■ **WHAT TO WORK ON**
Only those lines in the data below from the line containing "f 702 703 51" through the line containing "f 143 497 493", both included, should be restated word for word.

Stored items:
- - - - - - -

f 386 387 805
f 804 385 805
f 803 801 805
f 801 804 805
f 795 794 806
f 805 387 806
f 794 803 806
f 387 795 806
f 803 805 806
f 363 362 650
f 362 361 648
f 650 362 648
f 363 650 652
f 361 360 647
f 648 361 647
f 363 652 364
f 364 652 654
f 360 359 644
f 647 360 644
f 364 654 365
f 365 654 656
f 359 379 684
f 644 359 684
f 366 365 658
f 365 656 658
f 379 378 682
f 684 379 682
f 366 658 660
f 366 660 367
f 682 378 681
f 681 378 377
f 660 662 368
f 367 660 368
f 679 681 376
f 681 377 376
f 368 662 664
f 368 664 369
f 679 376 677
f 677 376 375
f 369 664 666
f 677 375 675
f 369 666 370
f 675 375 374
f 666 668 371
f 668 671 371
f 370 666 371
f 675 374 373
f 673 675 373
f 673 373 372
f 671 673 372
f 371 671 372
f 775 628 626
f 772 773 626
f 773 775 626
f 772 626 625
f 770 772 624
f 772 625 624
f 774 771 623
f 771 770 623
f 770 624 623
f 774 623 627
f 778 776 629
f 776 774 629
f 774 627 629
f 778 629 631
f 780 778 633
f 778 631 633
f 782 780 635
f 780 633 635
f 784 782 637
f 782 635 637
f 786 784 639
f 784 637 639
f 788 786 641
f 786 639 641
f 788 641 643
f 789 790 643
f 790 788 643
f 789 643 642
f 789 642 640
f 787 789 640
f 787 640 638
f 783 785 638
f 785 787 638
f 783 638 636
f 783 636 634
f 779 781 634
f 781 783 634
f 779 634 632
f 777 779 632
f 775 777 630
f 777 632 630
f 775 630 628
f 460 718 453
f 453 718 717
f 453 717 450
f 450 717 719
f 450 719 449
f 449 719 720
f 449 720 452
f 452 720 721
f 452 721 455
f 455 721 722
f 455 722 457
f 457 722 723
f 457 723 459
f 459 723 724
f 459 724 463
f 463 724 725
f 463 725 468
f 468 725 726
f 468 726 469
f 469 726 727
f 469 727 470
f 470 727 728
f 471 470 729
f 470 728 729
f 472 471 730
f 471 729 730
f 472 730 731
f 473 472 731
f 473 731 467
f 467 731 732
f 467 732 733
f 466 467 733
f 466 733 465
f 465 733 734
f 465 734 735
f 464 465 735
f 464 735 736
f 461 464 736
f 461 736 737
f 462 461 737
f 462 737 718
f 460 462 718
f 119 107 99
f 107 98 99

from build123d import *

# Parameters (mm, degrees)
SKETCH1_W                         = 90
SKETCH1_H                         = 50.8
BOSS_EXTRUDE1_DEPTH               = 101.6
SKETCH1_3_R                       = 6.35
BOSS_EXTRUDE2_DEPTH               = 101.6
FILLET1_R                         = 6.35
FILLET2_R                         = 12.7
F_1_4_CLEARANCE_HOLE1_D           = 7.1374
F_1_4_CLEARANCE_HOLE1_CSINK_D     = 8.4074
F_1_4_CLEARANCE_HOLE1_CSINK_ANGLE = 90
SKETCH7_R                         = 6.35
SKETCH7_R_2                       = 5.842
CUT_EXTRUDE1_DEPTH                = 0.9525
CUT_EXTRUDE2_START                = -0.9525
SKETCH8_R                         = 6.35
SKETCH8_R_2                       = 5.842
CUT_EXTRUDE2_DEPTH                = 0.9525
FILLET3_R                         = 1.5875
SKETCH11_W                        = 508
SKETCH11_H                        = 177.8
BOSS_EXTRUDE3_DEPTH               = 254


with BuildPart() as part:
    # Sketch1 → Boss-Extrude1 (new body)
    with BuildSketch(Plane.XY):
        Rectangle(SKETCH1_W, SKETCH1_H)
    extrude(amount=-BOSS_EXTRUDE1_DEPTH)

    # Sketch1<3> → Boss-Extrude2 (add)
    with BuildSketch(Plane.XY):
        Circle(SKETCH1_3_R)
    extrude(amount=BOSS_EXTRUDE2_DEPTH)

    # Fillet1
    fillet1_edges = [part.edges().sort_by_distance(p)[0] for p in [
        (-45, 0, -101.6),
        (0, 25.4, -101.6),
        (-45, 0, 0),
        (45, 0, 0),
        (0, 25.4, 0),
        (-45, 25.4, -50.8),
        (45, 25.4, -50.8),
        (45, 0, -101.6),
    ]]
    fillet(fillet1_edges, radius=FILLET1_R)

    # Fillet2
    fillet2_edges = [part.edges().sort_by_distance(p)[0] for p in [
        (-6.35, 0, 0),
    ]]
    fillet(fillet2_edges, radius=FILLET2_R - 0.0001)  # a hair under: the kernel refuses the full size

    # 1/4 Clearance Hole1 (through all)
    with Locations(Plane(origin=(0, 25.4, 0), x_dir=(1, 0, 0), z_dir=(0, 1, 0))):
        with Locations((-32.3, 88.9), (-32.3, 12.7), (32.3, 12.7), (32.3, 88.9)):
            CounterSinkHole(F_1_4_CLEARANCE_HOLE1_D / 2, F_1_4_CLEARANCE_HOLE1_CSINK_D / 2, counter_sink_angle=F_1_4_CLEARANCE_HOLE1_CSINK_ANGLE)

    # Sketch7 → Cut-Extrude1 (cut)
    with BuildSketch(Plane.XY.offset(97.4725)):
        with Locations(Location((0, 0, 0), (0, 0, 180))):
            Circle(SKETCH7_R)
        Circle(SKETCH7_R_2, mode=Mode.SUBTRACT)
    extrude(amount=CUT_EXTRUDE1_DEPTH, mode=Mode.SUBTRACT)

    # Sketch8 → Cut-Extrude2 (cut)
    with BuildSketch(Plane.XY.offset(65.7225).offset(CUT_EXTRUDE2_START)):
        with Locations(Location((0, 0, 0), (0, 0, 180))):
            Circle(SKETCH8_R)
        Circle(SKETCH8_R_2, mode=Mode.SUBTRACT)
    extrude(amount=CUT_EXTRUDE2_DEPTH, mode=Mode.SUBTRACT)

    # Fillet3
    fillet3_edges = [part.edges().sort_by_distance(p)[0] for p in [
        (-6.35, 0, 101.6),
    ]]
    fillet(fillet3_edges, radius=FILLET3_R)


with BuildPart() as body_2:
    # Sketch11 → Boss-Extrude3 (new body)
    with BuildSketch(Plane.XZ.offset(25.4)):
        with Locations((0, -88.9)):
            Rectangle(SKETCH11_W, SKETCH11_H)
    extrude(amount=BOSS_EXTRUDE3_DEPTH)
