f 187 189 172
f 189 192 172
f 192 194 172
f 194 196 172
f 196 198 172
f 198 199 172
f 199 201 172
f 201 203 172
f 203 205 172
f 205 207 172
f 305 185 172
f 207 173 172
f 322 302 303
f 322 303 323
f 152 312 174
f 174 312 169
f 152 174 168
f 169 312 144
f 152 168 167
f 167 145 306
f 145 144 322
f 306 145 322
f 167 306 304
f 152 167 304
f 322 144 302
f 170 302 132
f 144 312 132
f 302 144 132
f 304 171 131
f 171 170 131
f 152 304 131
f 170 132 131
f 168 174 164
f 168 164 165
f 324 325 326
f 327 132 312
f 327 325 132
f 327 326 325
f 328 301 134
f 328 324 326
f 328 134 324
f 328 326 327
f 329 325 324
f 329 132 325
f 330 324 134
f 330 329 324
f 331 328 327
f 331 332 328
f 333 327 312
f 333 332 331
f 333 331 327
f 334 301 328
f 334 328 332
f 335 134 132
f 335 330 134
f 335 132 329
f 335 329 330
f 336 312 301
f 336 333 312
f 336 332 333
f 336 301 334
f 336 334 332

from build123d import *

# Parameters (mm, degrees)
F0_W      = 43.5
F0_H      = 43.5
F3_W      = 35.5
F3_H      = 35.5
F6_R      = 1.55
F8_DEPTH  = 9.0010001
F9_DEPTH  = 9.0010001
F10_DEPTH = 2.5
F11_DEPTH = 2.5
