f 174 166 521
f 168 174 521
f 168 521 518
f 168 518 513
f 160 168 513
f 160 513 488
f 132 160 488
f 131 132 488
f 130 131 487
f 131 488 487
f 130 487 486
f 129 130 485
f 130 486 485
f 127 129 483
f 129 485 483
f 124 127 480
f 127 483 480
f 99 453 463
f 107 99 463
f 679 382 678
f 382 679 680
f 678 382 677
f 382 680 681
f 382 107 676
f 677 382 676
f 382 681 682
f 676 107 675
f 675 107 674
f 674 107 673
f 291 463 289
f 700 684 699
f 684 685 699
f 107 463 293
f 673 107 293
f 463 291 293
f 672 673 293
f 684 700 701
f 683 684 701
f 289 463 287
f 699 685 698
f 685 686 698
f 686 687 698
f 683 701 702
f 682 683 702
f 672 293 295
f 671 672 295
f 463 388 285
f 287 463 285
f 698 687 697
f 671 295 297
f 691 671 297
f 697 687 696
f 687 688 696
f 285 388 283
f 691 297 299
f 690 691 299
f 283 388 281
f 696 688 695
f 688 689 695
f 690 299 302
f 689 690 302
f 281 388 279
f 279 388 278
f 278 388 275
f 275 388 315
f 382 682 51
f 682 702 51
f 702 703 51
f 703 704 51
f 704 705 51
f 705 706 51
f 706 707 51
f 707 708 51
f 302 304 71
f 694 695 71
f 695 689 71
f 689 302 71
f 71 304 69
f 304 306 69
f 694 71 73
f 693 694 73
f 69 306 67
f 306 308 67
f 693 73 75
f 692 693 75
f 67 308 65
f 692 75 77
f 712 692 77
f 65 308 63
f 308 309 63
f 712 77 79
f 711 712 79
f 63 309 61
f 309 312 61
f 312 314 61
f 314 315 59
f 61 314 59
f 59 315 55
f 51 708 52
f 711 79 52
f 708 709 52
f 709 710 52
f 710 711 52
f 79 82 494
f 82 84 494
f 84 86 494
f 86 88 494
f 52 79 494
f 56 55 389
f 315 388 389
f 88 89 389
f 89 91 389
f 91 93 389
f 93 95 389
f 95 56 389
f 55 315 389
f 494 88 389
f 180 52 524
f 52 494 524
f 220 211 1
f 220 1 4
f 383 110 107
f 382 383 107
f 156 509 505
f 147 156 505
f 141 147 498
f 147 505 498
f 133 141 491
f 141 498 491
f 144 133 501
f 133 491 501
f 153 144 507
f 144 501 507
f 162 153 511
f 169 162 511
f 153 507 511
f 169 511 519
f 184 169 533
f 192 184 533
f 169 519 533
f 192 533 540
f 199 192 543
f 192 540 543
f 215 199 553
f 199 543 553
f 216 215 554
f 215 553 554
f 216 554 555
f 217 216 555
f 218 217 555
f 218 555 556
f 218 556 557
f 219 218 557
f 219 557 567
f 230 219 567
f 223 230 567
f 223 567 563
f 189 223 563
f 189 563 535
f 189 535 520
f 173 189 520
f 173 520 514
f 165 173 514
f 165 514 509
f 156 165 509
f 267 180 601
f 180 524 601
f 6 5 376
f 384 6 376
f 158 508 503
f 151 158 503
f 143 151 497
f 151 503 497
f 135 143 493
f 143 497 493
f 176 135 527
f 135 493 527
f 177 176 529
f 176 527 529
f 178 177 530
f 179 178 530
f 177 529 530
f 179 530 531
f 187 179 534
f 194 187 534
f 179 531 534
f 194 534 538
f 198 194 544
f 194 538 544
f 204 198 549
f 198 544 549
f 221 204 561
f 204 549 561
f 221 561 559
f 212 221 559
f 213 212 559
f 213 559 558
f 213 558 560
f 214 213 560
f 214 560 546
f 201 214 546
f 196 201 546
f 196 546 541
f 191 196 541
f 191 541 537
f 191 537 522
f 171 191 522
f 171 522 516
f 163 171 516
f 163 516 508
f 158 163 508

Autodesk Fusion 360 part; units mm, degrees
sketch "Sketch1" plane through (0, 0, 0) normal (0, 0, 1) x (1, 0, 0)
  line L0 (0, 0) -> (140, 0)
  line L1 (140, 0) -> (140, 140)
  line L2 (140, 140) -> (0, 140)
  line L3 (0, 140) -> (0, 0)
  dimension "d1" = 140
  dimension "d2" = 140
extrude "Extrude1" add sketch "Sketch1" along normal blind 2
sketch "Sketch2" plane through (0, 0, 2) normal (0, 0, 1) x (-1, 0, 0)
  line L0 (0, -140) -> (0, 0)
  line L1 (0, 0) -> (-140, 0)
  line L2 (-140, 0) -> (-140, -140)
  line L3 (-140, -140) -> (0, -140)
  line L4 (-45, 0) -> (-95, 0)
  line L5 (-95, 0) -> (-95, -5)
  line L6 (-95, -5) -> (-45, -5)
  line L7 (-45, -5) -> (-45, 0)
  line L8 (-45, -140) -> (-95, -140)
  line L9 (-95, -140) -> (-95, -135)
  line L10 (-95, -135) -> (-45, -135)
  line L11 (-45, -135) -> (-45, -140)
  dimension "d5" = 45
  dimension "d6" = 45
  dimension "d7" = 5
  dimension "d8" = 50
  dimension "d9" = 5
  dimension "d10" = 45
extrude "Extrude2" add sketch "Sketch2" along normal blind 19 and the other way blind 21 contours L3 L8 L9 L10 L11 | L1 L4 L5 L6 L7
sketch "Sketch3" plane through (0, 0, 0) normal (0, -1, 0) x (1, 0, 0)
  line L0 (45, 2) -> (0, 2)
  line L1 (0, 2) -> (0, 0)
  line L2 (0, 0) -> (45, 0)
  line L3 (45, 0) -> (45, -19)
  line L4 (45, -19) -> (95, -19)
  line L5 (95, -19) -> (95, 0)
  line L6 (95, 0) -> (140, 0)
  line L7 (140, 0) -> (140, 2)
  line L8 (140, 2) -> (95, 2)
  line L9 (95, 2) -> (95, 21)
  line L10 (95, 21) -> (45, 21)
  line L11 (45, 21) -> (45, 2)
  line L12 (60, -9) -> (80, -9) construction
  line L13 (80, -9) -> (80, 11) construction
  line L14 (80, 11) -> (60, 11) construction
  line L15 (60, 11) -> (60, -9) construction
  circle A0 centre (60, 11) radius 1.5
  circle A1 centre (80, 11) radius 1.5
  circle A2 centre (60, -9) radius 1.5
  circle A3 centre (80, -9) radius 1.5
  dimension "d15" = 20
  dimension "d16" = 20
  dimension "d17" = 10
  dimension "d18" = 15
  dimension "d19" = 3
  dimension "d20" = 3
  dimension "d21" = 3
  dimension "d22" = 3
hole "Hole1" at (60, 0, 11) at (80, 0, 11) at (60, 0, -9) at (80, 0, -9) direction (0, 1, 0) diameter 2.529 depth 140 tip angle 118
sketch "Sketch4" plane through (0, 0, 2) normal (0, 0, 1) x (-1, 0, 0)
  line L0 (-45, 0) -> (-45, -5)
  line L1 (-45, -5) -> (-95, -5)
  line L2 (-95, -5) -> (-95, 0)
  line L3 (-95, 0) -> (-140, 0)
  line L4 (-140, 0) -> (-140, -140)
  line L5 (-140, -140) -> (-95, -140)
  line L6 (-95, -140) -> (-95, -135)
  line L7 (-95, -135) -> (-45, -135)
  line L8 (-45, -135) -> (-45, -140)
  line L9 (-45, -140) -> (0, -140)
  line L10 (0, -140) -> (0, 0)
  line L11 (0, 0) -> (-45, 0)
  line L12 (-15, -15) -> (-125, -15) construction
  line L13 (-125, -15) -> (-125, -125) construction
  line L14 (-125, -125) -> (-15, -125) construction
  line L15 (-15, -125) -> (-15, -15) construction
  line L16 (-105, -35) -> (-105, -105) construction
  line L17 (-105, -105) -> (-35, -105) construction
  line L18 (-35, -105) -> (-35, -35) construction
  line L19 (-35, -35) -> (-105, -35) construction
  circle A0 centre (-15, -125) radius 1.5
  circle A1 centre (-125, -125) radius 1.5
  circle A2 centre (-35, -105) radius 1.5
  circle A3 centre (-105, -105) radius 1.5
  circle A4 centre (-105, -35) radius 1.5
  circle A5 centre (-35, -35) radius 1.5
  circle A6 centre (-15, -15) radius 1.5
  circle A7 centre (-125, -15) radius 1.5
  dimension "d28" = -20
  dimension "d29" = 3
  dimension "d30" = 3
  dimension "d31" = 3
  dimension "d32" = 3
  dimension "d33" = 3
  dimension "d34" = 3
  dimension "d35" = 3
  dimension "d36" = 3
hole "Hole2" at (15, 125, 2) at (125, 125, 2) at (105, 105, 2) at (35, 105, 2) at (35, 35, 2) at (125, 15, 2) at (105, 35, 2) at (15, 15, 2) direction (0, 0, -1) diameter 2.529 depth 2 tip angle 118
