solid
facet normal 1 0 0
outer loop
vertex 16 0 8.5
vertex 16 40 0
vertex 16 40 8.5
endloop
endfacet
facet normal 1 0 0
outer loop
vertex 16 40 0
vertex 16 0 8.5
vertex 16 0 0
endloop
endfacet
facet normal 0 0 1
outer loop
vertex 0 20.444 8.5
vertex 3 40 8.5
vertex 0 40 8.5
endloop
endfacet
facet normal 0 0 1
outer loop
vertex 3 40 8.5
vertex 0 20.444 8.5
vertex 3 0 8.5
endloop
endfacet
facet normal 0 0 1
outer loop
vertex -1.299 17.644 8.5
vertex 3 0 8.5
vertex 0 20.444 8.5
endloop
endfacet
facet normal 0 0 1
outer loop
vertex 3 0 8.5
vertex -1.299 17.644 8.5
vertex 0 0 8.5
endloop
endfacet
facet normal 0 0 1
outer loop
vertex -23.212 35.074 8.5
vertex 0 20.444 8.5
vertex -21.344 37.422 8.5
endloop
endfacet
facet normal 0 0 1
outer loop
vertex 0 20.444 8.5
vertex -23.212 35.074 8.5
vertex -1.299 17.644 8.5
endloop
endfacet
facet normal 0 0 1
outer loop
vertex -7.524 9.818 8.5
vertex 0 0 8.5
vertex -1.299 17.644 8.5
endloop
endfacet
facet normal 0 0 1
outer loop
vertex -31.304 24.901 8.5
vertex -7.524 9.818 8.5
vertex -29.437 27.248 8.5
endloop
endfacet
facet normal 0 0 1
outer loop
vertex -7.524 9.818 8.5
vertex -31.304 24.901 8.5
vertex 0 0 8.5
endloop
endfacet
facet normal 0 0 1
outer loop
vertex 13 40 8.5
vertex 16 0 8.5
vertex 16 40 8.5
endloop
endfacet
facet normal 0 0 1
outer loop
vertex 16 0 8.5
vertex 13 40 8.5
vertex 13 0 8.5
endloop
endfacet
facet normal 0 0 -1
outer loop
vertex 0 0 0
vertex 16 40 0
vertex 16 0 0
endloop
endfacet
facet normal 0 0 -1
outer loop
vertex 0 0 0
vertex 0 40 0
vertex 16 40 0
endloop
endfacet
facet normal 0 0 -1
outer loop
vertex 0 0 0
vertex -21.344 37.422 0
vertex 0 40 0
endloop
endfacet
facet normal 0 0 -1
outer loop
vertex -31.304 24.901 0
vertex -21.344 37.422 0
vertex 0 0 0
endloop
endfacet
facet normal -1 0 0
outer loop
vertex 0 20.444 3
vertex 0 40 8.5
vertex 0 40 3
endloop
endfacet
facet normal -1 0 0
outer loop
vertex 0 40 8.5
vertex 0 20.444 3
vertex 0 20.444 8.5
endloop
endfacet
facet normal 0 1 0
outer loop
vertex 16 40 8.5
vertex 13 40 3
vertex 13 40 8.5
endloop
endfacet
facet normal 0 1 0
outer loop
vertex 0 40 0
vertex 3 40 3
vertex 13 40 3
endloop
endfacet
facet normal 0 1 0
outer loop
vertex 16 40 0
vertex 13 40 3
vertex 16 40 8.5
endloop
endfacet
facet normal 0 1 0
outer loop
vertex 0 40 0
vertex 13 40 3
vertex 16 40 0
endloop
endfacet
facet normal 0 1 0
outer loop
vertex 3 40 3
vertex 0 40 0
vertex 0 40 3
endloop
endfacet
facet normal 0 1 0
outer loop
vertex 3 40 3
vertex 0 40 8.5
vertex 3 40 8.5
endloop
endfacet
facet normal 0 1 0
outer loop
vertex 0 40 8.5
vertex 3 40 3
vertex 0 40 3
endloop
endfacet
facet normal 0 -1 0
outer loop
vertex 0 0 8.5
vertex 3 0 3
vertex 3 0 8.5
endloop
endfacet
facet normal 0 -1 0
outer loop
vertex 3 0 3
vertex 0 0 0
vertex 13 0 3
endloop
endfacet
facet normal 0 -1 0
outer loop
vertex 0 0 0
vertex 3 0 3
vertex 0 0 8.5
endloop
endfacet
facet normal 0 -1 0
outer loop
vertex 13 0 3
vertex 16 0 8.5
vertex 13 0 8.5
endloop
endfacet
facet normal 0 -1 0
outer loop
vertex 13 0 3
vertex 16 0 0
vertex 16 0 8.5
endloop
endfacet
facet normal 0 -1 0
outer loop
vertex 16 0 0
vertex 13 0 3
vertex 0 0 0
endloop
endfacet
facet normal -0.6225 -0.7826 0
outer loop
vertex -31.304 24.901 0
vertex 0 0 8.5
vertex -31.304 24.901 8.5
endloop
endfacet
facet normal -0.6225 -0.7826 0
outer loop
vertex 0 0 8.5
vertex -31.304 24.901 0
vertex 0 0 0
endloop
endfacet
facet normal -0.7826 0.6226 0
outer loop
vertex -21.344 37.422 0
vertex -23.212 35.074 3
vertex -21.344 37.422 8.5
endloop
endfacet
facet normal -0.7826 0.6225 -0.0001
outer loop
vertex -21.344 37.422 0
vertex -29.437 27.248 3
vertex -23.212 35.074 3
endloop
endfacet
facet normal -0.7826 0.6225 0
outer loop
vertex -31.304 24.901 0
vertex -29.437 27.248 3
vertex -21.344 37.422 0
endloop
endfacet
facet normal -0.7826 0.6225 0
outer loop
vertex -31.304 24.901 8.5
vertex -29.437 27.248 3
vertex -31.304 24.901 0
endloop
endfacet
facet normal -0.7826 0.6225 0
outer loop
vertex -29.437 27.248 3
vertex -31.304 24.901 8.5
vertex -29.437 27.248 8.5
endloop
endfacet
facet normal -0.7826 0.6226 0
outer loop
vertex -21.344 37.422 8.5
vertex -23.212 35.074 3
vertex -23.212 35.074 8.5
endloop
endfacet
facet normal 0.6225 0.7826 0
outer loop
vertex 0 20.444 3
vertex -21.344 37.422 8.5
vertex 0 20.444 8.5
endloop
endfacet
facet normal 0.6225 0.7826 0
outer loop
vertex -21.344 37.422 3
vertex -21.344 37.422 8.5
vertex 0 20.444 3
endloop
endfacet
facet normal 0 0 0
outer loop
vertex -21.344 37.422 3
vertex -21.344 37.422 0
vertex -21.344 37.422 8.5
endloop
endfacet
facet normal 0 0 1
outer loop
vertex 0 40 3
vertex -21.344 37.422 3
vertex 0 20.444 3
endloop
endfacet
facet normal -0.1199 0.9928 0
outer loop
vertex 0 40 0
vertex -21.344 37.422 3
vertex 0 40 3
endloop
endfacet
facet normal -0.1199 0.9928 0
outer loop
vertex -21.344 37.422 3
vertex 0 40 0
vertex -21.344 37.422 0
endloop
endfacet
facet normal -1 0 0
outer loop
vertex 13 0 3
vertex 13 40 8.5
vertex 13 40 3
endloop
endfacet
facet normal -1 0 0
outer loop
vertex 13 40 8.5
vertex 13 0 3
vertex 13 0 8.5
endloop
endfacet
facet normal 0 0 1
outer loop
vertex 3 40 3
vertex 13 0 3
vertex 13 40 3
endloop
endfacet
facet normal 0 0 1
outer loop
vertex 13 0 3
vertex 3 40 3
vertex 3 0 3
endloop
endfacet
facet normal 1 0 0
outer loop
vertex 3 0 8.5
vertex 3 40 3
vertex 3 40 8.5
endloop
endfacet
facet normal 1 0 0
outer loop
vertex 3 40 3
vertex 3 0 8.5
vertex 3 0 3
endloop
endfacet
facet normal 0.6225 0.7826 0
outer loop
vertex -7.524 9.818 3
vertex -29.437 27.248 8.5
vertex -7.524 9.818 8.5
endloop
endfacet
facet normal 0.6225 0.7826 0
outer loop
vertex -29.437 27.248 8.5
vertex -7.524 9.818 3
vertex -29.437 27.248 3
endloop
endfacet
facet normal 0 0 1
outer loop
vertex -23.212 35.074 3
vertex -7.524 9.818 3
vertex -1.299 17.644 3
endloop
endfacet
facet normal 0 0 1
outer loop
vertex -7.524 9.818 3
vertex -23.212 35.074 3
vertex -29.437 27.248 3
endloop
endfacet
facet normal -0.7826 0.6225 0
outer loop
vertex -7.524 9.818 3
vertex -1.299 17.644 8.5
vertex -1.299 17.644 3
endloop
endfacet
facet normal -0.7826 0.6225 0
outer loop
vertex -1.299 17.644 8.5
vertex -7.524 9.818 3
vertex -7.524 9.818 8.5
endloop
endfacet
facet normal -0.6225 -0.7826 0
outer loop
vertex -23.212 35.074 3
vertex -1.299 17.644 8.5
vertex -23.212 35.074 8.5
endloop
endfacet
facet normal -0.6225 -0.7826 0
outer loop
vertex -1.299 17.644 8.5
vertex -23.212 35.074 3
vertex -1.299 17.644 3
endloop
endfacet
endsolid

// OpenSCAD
ml = 40;
thick = 3;
d = 10;
a = 38.5;

difference() {
    union() {
        cube([d + 2 * thick, ml, thick + d / 2 + 0.5]);
        rotate([0, 0, 90 - a]) cube([d + 2 * thick, ml, thick + d / 2 + 0.5]);
        linear_extrude(height = thick)
            polygon(points = [
                [0, ml], [0, ml / 2],
                [-cos(a) * ml + sin(a) * (d + 2 * thick), sin(a) * ml + cos(a) * (d + 2 * thick)]],
        paths = [[0, 1, 2]]);
    }
    translate([thick, -0.1, thick]) cube([d, ml + 0.2, d / 2 + 0.5 + 0.1]);
    rotate([0, 0, 90 - a])
        translate([thick, 12, thick]) cube([d, ml + 0.2, d / 2 + 0.5 + 0.1]);
}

- - - - - - -

■ **TASK RESULT**
f 702 703 51
f 703 704 51
f 704 705 51
f 705 706 51
f 706 707 51
f 707 708 51
f 302 304 71
f 694 695 71
f 695 689 71
f 689 302 71
f 71 304 69
f 304 306 69
f 694 71 73
f 693 694 73
f 69 306 67
f 306 308 67
f 693 73 75
f 692 693 75
f 67 308 65
f 692 75 77
f 712 692 77
f 65 308 63
f 308 309 63
f 712 77 79
f 711 712 79
f 63 309 61
f 309 312 61
f 312 314 61
f 314 315 59
f 61 314 59
f 59 315 55
f 51 708 52
f 711 79 52
f 708 709 52
f 709 710 52
f 710 711 52
f 79 82 494
f 82 84 494
f 84 86 494
f 86 88 494
f 52 79 494
f 56 55 389
f 315 388 389
f 88 89 389
f 89 91 389
f 91 93 389
f 93 95 389
f 95 56 389
f 55 315 389
f 494 88 389
f 180 52 524
f 52 494 524
f 220 211 1
f 220 1 4
f 383 110 107
f 382 383 107
f 156 509 505
f 147 156 505
f 141 147 498
f 147 505 498
f 133 141 491
f 141 498 491
f 144 133 501
f 133 491 501
f 153 144 507
f 144 501 507
f 162 153 511
f 169 162 511
f 153 507 511
f 169 511 519
f 184 169 533
f 192 184 533
f 169 519 533
f 192 533 540
f 199 192 543
f 192 540 543
f 215 199 553
f 199 543 553
f 216 215 554
f 215 553 554
f 216 554 555
f 217 216 555
f 218 217 555
f 218 555 556
f 218 556 557
f 219 218 557
f 219 557 567
f 230 219 567
f 223 230 567
f 223 567 563
f 189 223 563
f 189 563 535
f 189 535 520
f 173 189 520
f 173 520 514
f 165 173 514
f 165 514 509
f 156 165 509
f 267 180 601
f 180 524 601
f 6 5 376
f 384 6 376
f 158 508 503
f 151 158 503
f 143 151 497
f 151 503 497
f 135 143 493
f 143 497 493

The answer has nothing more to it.